→ To do
Look in the material below for the line with "e1 v1 v2 LINE" and the line with "face PLANE(AX(P(49.943,-12.954,2),D(-1,0,0),D(0,-1,0))) rev", then set down exactly those two lines and all lines between, nothing more.

→ Stored data
=-=-=
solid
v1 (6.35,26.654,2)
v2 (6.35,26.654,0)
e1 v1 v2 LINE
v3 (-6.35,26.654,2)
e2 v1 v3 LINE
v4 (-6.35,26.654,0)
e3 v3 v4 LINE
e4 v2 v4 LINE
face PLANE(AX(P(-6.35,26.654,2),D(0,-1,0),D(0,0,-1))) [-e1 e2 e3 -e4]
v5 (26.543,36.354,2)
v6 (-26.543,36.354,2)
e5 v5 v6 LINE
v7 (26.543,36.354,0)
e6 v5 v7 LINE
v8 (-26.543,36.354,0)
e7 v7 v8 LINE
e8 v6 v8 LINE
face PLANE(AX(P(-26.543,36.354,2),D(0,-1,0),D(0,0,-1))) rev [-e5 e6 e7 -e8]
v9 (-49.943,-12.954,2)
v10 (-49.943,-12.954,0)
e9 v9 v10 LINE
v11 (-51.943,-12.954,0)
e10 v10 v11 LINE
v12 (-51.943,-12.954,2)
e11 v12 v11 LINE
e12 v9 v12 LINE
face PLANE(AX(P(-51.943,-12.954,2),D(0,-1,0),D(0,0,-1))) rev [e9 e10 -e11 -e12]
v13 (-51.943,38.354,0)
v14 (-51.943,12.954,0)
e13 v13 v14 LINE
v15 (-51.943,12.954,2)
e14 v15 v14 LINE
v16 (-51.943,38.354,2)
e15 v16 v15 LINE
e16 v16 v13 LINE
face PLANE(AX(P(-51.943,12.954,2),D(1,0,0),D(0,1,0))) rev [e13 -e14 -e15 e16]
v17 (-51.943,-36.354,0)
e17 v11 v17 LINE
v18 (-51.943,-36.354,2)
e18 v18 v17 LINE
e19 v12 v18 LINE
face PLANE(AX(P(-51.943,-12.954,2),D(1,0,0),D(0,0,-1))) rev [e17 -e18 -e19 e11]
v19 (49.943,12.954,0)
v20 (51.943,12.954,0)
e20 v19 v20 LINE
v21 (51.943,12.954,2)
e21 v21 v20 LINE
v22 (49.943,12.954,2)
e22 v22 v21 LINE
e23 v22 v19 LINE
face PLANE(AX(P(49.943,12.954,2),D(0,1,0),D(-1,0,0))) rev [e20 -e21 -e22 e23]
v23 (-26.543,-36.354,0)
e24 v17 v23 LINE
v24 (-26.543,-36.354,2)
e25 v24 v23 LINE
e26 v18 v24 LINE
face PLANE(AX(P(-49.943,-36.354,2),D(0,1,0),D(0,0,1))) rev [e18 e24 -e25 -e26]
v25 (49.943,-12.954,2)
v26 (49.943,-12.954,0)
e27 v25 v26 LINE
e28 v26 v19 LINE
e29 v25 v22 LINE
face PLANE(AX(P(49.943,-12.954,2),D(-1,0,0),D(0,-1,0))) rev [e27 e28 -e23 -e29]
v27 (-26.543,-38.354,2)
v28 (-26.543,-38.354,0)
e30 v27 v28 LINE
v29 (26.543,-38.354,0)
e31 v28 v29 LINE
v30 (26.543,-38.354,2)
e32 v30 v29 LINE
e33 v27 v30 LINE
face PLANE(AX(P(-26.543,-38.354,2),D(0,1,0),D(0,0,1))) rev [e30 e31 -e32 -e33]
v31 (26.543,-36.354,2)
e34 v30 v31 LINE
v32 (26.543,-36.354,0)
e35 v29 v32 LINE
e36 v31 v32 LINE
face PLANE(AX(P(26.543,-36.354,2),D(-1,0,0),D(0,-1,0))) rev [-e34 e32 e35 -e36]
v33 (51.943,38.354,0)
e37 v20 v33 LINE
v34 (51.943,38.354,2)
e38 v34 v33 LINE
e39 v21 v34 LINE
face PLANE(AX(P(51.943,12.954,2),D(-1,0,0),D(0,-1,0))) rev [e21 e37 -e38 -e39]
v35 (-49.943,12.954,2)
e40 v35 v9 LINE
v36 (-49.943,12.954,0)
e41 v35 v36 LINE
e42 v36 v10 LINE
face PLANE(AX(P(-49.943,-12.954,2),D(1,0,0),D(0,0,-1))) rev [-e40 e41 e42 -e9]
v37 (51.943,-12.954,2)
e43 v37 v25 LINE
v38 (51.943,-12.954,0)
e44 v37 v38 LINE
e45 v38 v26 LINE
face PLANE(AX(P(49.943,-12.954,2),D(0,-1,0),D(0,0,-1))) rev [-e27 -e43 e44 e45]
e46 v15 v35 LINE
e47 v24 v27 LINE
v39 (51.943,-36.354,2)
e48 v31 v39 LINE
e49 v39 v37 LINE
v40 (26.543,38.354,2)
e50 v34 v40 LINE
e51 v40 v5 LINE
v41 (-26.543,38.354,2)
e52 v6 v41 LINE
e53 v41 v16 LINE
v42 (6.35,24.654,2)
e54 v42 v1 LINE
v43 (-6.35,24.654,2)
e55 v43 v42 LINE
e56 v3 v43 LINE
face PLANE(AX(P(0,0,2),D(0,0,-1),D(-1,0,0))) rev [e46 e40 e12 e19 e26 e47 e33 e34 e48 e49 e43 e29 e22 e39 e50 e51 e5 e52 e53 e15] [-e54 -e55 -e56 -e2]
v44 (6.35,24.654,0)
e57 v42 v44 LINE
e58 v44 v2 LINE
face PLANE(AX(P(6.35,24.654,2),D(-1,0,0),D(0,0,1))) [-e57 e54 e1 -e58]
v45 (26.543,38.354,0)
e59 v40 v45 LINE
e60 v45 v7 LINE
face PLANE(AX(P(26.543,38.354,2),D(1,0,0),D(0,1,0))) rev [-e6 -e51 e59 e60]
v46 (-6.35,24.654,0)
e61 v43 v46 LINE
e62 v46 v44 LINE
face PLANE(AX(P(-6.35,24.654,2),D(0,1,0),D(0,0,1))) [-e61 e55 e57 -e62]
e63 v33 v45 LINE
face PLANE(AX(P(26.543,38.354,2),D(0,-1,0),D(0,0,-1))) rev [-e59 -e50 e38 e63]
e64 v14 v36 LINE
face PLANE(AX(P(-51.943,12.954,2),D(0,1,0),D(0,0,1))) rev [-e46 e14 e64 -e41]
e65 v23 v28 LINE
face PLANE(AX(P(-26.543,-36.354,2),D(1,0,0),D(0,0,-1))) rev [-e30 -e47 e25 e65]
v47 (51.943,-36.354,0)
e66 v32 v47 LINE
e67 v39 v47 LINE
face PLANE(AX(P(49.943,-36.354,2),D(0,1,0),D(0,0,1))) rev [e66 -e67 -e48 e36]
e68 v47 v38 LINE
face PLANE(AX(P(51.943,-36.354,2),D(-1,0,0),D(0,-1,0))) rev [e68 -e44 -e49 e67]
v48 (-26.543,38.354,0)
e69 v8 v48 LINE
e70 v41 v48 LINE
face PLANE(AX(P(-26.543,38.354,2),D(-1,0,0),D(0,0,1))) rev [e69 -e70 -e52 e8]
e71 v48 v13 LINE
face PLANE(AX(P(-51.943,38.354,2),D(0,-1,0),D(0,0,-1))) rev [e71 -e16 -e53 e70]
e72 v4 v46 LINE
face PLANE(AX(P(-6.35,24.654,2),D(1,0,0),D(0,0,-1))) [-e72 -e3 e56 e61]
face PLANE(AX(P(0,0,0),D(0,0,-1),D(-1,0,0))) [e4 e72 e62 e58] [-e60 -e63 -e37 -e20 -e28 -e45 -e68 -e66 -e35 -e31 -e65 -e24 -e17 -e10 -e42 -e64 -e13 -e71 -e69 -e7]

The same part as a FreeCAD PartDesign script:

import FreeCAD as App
import Part
import Sketcher

V = App.Vector
Q = App.Units.Quantity


def add_polygon(sketch, points):
    """Adds a closed chain of lines whose ends are joined by coincident constraints."""
    first, n = sketch.GeometryCount, len(points)
    for a, b in zip(points, points[1:] + points[:1]):
        sketch.addGeometry(Part.LineSegment(App.Vector(*a, 0), App.Vector(*b, 0)), False)
    for i in range(n):
        sketch.addConstraint(Sketcher.Constraint("Coincident", first + i, 2, first + (i + 1) % n, 1))

doc = App.newDocument("Part")
body = doc.addObject("PartDesign::Body", "Body")

# Sketch on XY plane
sketch1 = doc.addObject("Sketcher::SketchObject", "Sketch")
body.addObject(sketch1)
sketch1.AttachmentSupport = (doc.XY_Plane, [""])
sketch1.MapMode = "FlatFace"
add_polygon(sketch1, [(26.5, 36.4), (-26.5, 36.4), (-26.5, 38.4), (-51.9, 38.4), (-51.9, 13), (-49.9, 13), (-49.9, -13), (-51.9, -13), (-51.9, -36.4), (-26.5, -36.4), (-26.5, -38.4), (26.5, -38.4), (26.5, -36.4), (51.9, -36.4), (51.9, -13), (49.9, -13), (49.9, 13), (51.9, 13), (51.9, 38.4), (26.5, 38.4)])  # lines 0-19
add_polygon(sketch1, [(-6.3, 24.7), (-6.3, 26.7), (6.3, 26.7), (6.3, 24.7)])  # lines 20-23
sketch1.addConstraint(Sketcher.Constraint("Horizontal", 0))
sketch1.addConstraint(Sketcher.Constraint("Vertical", 1))
sketch1.addConstraint(Sketcher.Constraint("Horizontal", 2))
sketch1.addConstraint(Sketcher.Constraint("Vertical", 3))
sketch1.addConstraint(Sketcher.Constraint("Horizontal", 4))
sketch1.addConstraint(Sketcher.Constraint("Vertical", 5))
sketch1.addConstraint(Sketcher.Constraint("Horizontal", 6))
sketch1.addConstraint(Sketcher.Constraint("Vertical", 7))
sketch1.addConstraint(Sketcher.Constraint("Horizontal", 8))
sketch1.addConstraint(Sketcher.Constraint("Vertical", 9))
sketch1.addConstraint(Sketcher.Constraint("Horizontal", 10))
sketch1.addConstraint(Sketcher.Constraint("Vertical", 11))
sketch1.addConstraint(Sketcher.Constraint("Horizontal", 12))
sketch1.addConstraint(Sketcher.Constraint("Vertical", 13))
sketch1.addConstraint(Sketcher.Constraint("Horizontal", 14))
sketch1.addConstraint(Sketcher.Constraint("Vertical", 15))
sketch1.addConstraint(Sketcher.Constraint("Horizontal", 16))
sketch1.addConstraint(Sketcher.Constraint("Vertical", 17))
sketch1.addConstraint(Sketcher.Constraint("Horizontal", 18))
sketch1.addConstraint(Sketcher.Constraint("Vertical", 19))
sketch1.addConstraint(Sketcher.Constraint("Vertical", 20))
sketch1.addConstraint(Sketcher.Constraint("Horizontal", 21))
sketch1.addConstraint(Sketcher.Constraint("Vertical", 22))
sketch1.addConstraint(Sketcher.Constraint("Horizontal", 23))
sketch1.addConstraint(Sketcher.Constraint("Symmetric", 1, 2, 10, 2, -1, 1))
sketch1.addConstraint(Sketcher.Constraint("Symmetric", 3, 2, 13, 2, -1, 1))
sketch1.addConstraint(Sketcher.Constraint("Symmetric", 5, 2, 15, 2, -1, 1))
sketch1.addConstraint(Sketcher.Constraint("Symmetric", 9, 2, 18, 2, -1, 1))
sketch1.addConstraint(Sketcher.Constraint("Symmetric", 8, 2, 11, 2, -2))
sketch1.addConstraint(Sketcher.Constraint("Symmetric", 6, 2, 13, 2, -2))
sketch1.addConstraint(Sketcher.Constraint("Vertical", 13, 2, 16, 2))
sketch1.addConstraint(Sketcher.Constraint("Equal", 16, 1))
sketch1.addConstraint(Sketcher.Constraint("Equal", 18, 3))
sketch1.addConstraint(Sketcher.Constraint("Equal", 1, 9))
sketch1.addConstraint(Sketcher.Constraint("Equal", 19, 20))
sketch1.addConstraint(Sketcher.Constraint("DistanceX", 2, 2, 2, 1, Q("1 in")))
sketch1.addConstraint(Sketcher.Constraint("DistanceX", 21, 1, 21, 2, Q("0.5 in")))
sketch1.addConstraint(Sketcher.Constraint("DistanceX", 0, 2, 0, 1, Q("2.09 in")))
sketch1.addConstraint(Sketcher.Constraint("DistanceY", 5, 2, 5, 1, Q("1.02 in")))
sketch1.addConstraint(Sketcher.Constraint("DistanceX", 20, 2, -1, 1, Q("0.25 in")))
sketch1.addConstraint(Sketcher.Constraint("DistanceX", 4, 1, 4, 2, Q("2 mm")))
sketch1.addConstraint(Sketcher.Constraint("DistanceY", -1, 1, 20, 2, Q("26.654 mm")))
pad1 = doc.addObject("PartDesign::Pad", "Pad")
body.addObject(pad1)
pad1.Profile = sketch1
pad1.Length = 2

doc.recompute()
=-=-=
→ Solved exercise
e1 v1 v2 LINE
v3 (-6.35,26.654,2)
e2 v1 v3 LINE
v4 (-6.35,26.654,0)
e3 v3 v4 LINE
e4 v2 v4 LINE
face PLANE(AX(P(-6.35,26.654,2),D(0,-1,0),D(0,0,-1))) [-e1 e2 e3 -e4]
v5 (26.543,36.354,2)
v6 (-26.543,36.354,2)
e5 v5 v6 LINE
v7 (26.543,36.354,0)
e6 v5 v7 LINE
v8 (-26.543,36.354,0)
e7 v7 v8 LINE
e8 v6 v8 LINE
face PLANE(AX(P(-26.543,36.354,2),D(0,-1,0),D(0,0,-1))) rev [-e5 e6 e7 -e8]
v9 (-49.943,-12.954,2)
v10 (-49.943,-12.954,0)
e9 v9 v10 LINE
v11 (-51.943,-12.954,0)
e10 v10 v11 LINE
v12 (-51.943,-12.954,2)
e11 v12 v11 LINE
e12 v9 v12 LINE
face PLANE(AX(P(-51.943,-12.954,2),D(0,-1,0),D(0,0,-1))) rev [e9 e10 -e11 -e12]
v13 (-51.943,38.354,0)
v14 (-51.943,12.954,0)
e13 v13 v14 LINE
v15 (-51.943,12.954,2)
e14 v15 v14 LINE
v16 (-51.943,38.354,2)
e15 v16 v15 LINE
e16 v16 v13 LINE
face PLANE(AX(P(-51.943,12.954,2),D(1,0,0),D(0,1,0))) rev [e13 -e14 -e15 e16]
v17 (-51.943,-36.354,0)
e17 v11 v17 LINE
v18 (-51.943,-36.354,2)
e18 v18 v17 LINE
e19 v12 v18 LINE
face PLANE(AX(P(-51.943,-12.954,2),D(1,0,0),D(0,0,-1))) rev [e17 -e18 -e19 e11]
v19 (49.943,12.954,0)
v20 (51.943,12.954,0)
e20 v19 v20 LINE
v21 (51.943,12.954,2)
e21 v21 v20 LINE
v22 (49.943,12.954,2)
e22 v22 v21 LINE
e23 v22 v19 LINE
face PLANE(AX(P(49.943,12.954,2),D(0,1,0),D(-1,0,0))) rev [e20 -e21 -e22 e23]
v23 (-26.543,-36.354,0)
e24 v17 v23 LINE
v24 (-26.543,-36.354,2)
e25 v24 v23 LINE
e26 v18 v24 LINE
face PLANE(AX(P(-49.943,-36.354,2),D(0,1,0),D(0,0,1))) rev [e18 e24 -e25 -e26]
v25 (49.943,-12.954,2)
v26 (49.943,-12.954,0)
e27 v25 v26 LINE
e28 v26 v19 LINE
e29 v25 v22 LINE
face PLANE(AX(P(49.943,-12.954,2),D(-1,0,0),D(0,-1,0))) rev [e27 e28 -e23 -e29]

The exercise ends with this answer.